I am assuming you mean you need to replace a lost safety certificate, and the link is below. I think I would call to see how fast it could be mailed out since you are running out of time for a turkey license.

https://secure1.state.mi.us/dupcertrequest/


----------



## Quadd4 (Jan 15, 2005)

I believe that youths have to buy a new sportscard each year. The one for last year expires. Just go to the store with the hunters safety cert and buy a new one for a $1.00


----------



## JWICKLUND (Feb 13, 2005)

If it is a lost hunter safety certificate any CO can print a temporary card for you from their laptop. Once that is printed, a permanent replacement is automatically sent to your home address within 10 days.


----------



## Chase1892 (Jun 5, 2004)

Thanks for the reply's

I do have his hunter safety cert - I don't have the sportcard we purchased for a dollar last year -As I understand it, we need the sportcard number to apply

Don't know if we can just buy a new sportcard for a buck


----------



## Quadd4 (Jan 15, 2005)

Chase1892 said:


> Thanks for the reply's
> 
> Don't know if we can just buy a new sportcard for a buck


We did for the last few years (buy new ones). The store made us buy it saying the old one was no good for the current year.


----------



## flinch (Aug 10, 2003)

Sorry, misunderstood the question, but I don't have kids.


----------



## malainse (Sep 2, 2002)

Take him to the Secretary of State and get him a Michigan ID. Then never an issue and he will also have some form of valid ID.... There is no age limit to get the ID.. I had my brother go down and his 3 and 7 yr old have them...


----------



## NEMichsportsman (Jul 3, 2001)

All good suggestions....Sportscard at the store for a buck and you are on your way....I think you can even get it online for MDNR e-License! Even easier!


----------



## Chase1892 (Jun 5, 2004)

*Thanks again for all the responses - I just noticed the info below on the elicense website stating you don't have to buy one each year - only if your address changes.*

The website directs you to purchase a sportcard from menu but I have reviewed several times and do not see the option for a $1 sportcard

Looks like I'll have to go back to a license dealer and just buy a sportcard and enter the $4 drawing

*MDNR "Approved" IDs*

Which IDs are valid?What can this ID buy?MI Driver License
Valid un-expired Michigan Driver Licenses may be used to purchase any available item.
State of Michigan ID
Michigan IDs (Issued by the Secretary of State) may be used to purchase any available item.
*MDNR Sportcard*
*MDNR Sportcards may be used to purchase any available item. You do not need to buy a new sportcard each year. A new sportcard is only needed when your address is not current.*
MDNR ID
MDNR IDs may only be used to purchase ORV permits, snowmobile trail permits and annual state park permits.

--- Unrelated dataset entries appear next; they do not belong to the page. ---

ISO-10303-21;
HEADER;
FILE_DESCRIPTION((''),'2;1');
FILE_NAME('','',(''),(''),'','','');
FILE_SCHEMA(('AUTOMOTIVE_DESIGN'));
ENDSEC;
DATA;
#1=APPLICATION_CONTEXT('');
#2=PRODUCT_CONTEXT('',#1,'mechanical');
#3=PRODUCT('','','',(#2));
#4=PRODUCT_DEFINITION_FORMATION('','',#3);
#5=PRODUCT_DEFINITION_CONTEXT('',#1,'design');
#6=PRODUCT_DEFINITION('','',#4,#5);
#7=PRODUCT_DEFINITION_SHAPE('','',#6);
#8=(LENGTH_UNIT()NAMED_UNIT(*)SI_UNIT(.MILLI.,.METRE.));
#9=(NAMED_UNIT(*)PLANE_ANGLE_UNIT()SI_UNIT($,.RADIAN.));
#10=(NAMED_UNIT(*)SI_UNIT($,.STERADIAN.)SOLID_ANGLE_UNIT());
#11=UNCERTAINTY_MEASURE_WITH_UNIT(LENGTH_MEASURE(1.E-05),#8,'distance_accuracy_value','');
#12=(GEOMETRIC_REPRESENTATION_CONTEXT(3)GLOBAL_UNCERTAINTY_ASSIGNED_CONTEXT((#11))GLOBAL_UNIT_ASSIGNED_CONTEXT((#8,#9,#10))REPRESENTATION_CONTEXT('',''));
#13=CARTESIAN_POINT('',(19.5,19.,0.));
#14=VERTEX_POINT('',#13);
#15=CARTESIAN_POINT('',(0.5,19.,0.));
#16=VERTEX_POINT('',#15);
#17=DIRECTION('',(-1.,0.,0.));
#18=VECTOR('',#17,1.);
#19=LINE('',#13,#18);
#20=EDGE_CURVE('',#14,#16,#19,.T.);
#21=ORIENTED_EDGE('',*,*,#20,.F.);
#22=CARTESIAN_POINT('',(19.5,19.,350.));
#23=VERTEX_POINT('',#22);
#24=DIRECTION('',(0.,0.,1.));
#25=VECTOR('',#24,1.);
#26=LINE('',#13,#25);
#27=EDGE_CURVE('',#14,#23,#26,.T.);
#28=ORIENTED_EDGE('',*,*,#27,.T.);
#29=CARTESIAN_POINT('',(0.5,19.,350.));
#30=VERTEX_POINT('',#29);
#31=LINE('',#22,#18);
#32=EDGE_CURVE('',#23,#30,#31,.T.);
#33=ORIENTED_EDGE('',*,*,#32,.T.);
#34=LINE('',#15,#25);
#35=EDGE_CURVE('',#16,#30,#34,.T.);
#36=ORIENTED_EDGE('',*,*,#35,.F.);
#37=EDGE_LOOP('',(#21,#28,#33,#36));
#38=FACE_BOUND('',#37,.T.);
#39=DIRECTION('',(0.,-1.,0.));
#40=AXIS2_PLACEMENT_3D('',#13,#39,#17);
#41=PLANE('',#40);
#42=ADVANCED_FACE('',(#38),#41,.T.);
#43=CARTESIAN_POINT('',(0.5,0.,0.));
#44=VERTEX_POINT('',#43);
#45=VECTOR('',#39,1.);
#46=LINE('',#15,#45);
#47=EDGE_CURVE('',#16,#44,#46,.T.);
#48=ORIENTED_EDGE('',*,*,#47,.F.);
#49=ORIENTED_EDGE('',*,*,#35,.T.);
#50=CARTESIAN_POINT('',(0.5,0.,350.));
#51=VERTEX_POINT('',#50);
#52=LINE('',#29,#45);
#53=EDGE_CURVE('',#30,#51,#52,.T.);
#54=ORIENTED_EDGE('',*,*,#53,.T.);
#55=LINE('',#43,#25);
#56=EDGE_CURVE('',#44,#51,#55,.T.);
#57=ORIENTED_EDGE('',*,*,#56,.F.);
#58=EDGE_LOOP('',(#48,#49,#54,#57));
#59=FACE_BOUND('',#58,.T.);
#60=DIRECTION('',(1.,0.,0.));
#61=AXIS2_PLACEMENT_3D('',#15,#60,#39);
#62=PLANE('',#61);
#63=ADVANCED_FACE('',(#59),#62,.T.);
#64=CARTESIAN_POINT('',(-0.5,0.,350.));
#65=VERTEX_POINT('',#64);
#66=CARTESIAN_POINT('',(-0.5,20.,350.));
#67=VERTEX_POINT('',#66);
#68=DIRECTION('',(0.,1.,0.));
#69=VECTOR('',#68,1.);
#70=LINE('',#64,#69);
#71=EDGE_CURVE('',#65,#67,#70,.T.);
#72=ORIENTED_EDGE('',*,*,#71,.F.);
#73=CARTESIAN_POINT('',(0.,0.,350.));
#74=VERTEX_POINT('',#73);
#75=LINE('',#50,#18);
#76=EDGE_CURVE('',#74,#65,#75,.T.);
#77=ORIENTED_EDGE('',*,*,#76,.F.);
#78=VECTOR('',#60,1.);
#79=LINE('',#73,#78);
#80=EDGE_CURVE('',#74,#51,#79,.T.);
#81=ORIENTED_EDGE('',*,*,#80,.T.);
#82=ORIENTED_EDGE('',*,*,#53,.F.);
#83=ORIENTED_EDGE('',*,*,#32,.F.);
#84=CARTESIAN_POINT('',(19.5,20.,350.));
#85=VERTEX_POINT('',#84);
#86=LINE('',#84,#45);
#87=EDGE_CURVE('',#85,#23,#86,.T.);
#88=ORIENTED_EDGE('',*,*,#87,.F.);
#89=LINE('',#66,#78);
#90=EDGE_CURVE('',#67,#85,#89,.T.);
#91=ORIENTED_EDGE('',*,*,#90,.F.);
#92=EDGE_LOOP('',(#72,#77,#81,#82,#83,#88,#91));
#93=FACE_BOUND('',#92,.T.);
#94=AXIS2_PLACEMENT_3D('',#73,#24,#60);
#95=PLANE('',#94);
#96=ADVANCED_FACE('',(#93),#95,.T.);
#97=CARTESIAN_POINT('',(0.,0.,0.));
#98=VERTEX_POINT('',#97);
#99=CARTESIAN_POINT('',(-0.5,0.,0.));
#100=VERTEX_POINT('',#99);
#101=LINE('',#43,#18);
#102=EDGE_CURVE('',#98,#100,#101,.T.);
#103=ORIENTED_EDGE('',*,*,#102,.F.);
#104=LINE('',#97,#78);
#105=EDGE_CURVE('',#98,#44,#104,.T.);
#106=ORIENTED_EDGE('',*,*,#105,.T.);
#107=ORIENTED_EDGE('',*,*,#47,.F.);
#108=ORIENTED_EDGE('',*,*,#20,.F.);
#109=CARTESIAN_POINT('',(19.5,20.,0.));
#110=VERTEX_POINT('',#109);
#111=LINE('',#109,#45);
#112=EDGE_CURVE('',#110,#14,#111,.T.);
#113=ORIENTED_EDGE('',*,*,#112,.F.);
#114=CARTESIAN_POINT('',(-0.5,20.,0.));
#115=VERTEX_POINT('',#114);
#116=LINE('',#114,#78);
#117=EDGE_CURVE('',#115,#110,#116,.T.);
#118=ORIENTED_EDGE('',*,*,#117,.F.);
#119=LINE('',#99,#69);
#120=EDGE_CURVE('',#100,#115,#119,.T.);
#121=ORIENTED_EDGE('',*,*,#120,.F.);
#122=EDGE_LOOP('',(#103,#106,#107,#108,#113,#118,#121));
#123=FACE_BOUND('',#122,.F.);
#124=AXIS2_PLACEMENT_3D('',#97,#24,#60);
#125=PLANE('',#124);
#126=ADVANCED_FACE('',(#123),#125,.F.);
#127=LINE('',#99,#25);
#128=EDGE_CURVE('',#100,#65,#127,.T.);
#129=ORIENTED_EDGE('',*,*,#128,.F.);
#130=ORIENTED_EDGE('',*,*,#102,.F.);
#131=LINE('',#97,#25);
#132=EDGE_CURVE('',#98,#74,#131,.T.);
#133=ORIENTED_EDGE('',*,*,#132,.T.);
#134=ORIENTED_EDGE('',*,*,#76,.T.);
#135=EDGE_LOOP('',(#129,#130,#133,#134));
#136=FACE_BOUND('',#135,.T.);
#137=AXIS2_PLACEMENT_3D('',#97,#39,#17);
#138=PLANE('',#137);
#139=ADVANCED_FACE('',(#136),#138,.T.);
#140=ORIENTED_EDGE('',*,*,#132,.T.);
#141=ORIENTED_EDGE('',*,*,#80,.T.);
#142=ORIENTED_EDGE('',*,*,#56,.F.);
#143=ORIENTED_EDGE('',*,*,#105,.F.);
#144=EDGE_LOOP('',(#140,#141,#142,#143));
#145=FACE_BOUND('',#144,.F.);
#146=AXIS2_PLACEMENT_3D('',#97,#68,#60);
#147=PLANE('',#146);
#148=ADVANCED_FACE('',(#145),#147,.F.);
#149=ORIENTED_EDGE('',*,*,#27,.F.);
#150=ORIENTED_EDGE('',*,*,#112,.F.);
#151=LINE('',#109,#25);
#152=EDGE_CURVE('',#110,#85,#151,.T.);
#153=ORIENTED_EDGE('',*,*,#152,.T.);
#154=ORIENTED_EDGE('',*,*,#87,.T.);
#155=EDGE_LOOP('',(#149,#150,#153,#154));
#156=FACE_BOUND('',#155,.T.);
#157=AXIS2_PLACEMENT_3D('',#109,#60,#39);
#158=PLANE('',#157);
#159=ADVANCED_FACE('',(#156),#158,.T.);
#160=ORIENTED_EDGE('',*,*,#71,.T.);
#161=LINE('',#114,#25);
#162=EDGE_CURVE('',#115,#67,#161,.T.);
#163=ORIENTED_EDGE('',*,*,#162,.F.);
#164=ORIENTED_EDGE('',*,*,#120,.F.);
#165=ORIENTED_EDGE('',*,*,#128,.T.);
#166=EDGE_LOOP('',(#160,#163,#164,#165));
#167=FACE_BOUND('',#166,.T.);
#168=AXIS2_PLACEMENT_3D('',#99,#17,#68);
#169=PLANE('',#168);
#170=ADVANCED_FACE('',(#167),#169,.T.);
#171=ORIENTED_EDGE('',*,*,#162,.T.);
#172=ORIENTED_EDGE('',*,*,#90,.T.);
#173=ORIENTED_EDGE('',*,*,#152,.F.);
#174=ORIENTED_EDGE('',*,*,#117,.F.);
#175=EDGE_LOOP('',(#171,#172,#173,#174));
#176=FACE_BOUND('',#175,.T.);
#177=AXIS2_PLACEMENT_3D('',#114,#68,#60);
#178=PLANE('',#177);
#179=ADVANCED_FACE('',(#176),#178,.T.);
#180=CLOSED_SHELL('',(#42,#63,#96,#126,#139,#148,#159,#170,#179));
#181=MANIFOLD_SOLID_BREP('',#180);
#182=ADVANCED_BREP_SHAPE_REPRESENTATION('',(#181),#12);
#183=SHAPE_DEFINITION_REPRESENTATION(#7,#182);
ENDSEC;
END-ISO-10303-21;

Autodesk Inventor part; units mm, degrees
ref_plane "YZ Plane" through (0, 0, 0) normal (1, 0, 0) x (0, 1, 0)
ref_plane "XZ Plane" through (0, 0, 0) normal (0, 1, 0) x (-1, 0, 0)
ref_plane "XY Plane" through (0, 0, 0) normal (0, 0, 1) x (1, 0, 0)
sketch "Эскиз2" plane through (0, 0, 0) normal (0, 0, 1) x (1, 0, 0)
  line L0 (0, 0) -> (0.5, 0)
  line L1 (0.5, 0) -> (-0.5, 0)
  line L2 (-0.5, 0) -> (-0.5, 20)
  line L3 (-0.5, 20) -> (19.5, 20)
  line L4 (19.5, 20) -> (19.5, 19)
  line L5 (19.5, 19) -> (0.5, 19)
  line L6 (0.5, 19) -> (0.5, 0)
  dimension "d0" = 0.5
  dimension "d1" = 1
  dimension "d2" = 20
  dimension "d3" = 20
  dimension "d4" = 1
extrude "Выдавливание1" add sketch "Эскиз2" along normal blind 350
properties part number "уголок 350" material "Алюминий 6061"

Don't have the proper ID?MDNR Sportcard
You may purchase a MDNR Sportcard for $1.00 by clicking the appropriate button below. This ID may be purchased in conjunction with your order.
MDNR ID
You may obtain a MDNR ID at no cost to you by clicking the appropriate button below. This form of ID may only be used to purchase ORV permits, snowmobile trail permits and annual state park permits.


----------



## malainse (Sep 2, 2002)

Do just like you did before on e-license. On the right it will ask if you need a sports card ? Mark that and it will take you to the next page. Click on checkout and it should show it your basket...

I think I got that correct..


----------



## D Buck (Oct 22, 2004)

My boys lose theirs a lot. Its easier to get a new one than to call and get the numbers from lansing, I had a number of who to talk to there but lost it.We have been buying a new one.


----------